**TASK OBJECTIVE**. What lines in the material hold the string "Plane"? Return every one of them.

**DATA EXTRACTS**.
┏━━

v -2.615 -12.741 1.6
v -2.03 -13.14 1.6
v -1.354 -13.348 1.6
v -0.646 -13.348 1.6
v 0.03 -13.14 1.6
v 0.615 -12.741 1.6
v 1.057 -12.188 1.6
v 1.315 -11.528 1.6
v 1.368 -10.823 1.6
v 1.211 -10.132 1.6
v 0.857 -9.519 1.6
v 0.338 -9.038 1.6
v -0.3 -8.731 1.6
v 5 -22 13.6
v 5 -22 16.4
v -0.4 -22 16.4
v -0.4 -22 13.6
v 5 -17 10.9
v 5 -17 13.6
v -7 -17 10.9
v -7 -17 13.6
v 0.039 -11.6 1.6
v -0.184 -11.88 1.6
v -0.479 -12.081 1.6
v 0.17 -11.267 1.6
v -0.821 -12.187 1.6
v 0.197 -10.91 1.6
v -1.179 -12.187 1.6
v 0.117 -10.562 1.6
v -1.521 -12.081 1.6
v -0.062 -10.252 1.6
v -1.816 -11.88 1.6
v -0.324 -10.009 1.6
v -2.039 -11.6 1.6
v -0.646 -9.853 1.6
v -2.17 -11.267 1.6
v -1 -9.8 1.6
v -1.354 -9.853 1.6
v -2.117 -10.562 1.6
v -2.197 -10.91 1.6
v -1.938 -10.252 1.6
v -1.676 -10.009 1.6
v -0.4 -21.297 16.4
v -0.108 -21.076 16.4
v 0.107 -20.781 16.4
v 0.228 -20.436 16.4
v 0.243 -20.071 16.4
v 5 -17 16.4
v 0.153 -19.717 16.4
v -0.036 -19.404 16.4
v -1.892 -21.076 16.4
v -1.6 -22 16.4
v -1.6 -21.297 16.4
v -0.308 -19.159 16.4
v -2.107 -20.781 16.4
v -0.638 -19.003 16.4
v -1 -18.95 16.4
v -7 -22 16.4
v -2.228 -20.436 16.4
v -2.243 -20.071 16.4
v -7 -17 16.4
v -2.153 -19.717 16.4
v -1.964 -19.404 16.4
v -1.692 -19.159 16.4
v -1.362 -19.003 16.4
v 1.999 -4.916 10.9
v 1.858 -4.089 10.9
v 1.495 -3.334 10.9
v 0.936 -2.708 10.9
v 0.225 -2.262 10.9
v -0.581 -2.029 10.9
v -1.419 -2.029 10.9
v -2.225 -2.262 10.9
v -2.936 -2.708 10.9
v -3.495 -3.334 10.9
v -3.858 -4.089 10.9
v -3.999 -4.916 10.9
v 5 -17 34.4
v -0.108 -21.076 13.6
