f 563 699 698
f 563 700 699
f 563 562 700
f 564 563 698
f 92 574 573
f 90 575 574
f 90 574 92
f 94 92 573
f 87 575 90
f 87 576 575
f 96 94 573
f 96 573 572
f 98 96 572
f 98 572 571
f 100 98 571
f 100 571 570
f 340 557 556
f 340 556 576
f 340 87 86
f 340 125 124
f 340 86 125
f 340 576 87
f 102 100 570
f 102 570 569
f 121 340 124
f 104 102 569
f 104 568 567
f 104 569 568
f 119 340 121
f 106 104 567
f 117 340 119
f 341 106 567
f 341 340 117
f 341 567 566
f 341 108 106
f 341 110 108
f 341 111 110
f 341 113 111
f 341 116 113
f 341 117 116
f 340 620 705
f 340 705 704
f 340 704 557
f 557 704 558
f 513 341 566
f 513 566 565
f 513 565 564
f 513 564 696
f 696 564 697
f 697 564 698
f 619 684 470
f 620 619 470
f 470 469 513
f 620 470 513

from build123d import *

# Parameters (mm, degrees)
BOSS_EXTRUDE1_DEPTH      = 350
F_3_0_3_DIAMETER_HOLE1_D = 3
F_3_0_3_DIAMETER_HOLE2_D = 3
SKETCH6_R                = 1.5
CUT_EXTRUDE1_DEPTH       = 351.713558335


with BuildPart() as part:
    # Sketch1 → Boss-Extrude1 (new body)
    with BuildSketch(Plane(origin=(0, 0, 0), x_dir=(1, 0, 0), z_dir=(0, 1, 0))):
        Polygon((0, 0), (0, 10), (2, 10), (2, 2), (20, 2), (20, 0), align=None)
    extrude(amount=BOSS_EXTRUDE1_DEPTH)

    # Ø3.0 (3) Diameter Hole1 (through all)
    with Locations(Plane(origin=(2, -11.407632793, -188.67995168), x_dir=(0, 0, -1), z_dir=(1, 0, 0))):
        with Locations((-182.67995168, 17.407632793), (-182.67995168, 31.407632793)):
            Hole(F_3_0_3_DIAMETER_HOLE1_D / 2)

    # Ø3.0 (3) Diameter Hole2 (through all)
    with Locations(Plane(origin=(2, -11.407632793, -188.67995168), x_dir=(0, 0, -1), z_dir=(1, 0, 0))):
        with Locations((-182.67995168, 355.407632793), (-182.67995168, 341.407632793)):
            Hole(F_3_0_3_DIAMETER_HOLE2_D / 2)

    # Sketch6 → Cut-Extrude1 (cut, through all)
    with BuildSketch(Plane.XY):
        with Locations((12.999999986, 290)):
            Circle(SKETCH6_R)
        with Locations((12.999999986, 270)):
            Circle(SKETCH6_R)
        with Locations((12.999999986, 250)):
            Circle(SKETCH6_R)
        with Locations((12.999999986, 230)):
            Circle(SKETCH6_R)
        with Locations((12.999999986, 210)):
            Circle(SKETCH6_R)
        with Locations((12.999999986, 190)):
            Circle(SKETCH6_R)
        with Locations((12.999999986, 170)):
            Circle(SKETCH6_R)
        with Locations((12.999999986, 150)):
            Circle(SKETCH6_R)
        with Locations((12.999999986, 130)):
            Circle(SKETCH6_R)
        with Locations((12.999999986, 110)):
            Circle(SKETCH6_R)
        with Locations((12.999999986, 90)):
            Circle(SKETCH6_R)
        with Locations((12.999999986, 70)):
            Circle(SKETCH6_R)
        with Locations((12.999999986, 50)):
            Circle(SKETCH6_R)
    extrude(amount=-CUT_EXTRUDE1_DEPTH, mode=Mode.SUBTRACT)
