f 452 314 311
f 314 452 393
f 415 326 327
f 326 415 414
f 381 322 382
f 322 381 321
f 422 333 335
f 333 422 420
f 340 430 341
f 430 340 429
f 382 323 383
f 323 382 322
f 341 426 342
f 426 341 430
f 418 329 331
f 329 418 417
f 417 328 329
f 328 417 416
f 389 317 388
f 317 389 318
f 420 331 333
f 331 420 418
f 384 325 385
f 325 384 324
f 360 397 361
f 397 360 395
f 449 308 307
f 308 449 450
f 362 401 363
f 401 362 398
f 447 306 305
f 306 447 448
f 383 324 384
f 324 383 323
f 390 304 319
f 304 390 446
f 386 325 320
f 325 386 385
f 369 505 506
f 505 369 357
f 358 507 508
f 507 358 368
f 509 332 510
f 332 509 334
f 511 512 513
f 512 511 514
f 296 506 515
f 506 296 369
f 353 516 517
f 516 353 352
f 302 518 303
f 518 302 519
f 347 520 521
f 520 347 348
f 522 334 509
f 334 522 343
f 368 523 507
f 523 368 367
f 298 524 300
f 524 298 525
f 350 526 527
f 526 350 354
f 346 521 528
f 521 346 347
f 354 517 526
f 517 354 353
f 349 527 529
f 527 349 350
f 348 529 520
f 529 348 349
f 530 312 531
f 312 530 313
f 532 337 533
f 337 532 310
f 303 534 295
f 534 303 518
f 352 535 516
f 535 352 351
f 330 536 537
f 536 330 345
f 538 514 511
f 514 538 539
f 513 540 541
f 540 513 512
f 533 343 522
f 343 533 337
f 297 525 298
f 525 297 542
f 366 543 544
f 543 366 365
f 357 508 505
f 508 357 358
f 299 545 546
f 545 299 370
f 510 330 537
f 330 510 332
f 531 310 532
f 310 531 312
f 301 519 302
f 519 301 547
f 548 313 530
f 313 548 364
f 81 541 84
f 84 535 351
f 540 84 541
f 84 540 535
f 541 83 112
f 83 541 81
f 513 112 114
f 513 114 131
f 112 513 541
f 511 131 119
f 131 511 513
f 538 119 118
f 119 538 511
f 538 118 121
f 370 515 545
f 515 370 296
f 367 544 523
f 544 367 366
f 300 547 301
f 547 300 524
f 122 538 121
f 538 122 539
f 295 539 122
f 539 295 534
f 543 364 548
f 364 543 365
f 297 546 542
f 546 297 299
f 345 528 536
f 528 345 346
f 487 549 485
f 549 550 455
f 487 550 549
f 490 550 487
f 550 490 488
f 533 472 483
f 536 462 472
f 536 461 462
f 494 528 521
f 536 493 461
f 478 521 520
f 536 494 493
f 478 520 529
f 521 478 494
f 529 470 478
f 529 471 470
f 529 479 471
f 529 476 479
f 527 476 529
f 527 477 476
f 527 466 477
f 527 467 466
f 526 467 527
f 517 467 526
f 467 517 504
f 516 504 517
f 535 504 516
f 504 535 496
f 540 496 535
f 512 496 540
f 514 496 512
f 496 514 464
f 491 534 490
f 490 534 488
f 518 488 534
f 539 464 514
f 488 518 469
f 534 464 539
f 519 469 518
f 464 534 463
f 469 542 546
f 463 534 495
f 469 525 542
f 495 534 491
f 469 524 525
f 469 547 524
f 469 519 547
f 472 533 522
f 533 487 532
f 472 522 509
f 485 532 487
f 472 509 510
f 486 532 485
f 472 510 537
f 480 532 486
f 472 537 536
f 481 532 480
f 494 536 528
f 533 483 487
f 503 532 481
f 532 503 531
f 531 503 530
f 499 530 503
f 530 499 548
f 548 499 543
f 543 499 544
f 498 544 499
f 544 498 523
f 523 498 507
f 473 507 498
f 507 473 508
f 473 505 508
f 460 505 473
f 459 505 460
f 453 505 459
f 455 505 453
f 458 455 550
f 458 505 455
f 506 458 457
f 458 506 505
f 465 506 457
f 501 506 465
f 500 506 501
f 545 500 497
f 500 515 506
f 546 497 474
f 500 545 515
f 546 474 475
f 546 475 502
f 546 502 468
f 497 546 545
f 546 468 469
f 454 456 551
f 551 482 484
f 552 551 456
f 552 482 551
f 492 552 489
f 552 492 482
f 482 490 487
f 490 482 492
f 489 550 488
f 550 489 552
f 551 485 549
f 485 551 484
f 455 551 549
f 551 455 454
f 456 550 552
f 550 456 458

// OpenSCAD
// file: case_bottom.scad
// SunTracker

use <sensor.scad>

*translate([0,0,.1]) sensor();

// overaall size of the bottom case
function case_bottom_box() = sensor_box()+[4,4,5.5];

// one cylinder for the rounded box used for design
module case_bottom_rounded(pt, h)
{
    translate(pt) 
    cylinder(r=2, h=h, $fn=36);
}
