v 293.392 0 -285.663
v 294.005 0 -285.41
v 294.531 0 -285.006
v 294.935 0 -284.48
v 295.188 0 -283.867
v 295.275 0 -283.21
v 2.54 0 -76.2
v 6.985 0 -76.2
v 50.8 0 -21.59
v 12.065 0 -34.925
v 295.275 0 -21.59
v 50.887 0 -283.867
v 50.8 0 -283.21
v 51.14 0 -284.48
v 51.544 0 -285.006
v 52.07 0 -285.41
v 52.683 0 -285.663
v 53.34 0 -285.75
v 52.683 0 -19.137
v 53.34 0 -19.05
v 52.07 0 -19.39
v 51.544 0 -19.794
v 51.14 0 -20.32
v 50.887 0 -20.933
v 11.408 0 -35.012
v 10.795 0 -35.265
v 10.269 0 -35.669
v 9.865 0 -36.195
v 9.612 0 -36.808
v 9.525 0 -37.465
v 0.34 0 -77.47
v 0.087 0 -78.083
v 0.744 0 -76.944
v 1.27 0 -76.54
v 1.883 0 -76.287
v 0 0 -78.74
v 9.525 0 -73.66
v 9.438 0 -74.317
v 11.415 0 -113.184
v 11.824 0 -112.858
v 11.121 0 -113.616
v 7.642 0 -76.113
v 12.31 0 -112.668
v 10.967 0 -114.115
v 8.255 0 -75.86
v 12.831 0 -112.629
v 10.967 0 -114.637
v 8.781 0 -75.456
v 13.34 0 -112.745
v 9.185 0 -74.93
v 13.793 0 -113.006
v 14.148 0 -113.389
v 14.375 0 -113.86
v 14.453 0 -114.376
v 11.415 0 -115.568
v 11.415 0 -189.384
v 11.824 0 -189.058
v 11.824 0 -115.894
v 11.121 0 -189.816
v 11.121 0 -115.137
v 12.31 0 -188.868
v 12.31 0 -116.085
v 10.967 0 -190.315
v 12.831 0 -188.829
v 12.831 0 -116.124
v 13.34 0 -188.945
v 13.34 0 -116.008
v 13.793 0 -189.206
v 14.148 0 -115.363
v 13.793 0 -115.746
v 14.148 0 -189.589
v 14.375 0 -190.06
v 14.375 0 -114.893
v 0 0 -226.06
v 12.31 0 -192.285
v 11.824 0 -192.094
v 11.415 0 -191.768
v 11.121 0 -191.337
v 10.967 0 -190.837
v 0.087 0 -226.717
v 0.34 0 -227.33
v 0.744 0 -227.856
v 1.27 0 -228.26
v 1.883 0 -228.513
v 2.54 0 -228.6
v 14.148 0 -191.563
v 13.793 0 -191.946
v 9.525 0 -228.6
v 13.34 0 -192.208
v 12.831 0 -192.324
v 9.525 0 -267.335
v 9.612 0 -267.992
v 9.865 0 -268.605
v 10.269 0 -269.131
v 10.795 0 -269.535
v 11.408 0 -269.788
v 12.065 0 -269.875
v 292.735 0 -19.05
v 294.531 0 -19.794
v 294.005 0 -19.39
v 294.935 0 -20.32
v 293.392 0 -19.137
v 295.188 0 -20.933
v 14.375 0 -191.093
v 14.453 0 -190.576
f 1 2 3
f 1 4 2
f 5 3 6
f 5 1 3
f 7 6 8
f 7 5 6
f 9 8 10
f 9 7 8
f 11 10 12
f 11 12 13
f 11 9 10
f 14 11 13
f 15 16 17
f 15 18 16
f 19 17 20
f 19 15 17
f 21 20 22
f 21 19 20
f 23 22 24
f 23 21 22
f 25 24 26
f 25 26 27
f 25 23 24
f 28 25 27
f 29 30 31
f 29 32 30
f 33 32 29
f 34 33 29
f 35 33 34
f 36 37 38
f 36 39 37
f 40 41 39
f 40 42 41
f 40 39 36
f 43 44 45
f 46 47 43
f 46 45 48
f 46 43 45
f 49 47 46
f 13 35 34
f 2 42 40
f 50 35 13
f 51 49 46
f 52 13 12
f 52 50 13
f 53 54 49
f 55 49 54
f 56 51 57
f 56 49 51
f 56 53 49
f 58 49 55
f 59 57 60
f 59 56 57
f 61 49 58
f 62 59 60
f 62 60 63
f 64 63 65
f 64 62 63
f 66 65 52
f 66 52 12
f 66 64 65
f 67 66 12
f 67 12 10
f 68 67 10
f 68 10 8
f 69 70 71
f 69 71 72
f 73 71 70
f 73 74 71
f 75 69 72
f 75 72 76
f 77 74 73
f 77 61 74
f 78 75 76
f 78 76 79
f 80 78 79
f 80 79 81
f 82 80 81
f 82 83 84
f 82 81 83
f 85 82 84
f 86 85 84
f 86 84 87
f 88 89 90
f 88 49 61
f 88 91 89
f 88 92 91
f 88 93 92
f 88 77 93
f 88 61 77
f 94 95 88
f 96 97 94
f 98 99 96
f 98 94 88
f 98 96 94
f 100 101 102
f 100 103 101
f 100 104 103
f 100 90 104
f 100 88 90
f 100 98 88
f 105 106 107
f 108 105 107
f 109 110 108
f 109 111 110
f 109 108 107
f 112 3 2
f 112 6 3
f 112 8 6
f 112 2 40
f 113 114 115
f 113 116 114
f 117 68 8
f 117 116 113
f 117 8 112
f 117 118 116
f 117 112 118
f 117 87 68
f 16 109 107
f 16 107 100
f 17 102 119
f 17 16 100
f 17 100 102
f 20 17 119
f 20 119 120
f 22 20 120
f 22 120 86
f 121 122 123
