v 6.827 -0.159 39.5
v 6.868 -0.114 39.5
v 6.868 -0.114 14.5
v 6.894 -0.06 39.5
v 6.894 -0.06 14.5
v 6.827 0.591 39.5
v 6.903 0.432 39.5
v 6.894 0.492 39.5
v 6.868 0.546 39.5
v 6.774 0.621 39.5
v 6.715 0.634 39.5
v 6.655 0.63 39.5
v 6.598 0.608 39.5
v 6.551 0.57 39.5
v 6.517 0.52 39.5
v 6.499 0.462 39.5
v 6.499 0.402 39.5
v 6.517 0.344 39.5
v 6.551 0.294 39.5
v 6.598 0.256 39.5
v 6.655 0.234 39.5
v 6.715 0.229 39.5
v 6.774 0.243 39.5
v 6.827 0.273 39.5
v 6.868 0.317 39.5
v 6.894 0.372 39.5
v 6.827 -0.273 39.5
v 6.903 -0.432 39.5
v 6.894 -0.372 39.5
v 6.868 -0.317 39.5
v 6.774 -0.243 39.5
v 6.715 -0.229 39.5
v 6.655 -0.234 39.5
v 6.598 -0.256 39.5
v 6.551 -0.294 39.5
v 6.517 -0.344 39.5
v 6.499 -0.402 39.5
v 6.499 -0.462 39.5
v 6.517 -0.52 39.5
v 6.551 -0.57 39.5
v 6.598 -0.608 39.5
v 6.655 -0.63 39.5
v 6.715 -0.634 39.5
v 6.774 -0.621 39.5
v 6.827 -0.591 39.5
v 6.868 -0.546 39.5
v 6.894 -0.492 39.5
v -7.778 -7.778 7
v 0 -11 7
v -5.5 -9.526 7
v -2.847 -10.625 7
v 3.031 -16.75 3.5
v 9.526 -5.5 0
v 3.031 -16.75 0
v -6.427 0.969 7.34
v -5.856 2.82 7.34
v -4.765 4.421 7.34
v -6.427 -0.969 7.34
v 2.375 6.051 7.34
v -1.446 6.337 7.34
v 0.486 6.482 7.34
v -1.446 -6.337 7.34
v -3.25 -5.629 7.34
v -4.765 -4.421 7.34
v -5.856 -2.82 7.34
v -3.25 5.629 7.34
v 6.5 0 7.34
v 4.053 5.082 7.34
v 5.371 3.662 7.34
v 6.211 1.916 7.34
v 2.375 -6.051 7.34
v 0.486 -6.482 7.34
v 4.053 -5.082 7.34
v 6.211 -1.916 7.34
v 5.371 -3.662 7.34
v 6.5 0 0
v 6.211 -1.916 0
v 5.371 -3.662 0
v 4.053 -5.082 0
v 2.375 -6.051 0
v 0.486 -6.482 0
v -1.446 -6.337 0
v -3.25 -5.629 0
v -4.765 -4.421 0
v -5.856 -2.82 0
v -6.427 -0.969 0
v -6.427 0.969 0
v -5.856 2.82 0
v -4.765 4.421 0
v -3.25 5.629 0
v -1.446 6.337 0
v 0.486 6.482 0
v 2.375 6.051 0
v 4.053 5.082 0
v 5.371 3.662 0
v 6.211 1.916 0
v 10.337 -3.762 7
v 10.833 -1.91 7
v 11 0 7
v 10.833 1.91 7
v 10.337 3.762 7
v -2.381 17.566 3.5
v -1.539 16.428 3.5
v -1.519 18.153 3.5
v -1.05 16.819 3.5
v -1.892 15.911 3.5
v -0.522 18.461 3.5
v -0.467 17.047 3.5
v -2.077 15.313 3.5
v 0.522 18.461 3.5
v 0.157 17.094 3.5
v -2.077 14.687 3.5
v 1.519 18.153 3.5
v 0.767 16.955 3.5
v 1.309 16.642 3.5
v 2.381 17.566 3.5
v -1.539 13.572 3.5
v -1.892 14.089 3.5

┗━━

**SOLUTION TO THIS TASK**.
    with BuildSketch(Plane(origin=(0, 0, 0), x_dir=(1, 0, 0), z_dir=(0, 1, 0))):
    with Locations(Plane(origin=(2, -11.407632793, -188.67995168), x_dir=(0, 0, -1), z_dir=(1, 0, 0))):
    with Locations(Plane(origin=(2, -11.407632793, -188.67995168), x_dir=(0, 0, -1), z_dir=(1, 0, 0))):
    with BuildSketch(Plane.XY):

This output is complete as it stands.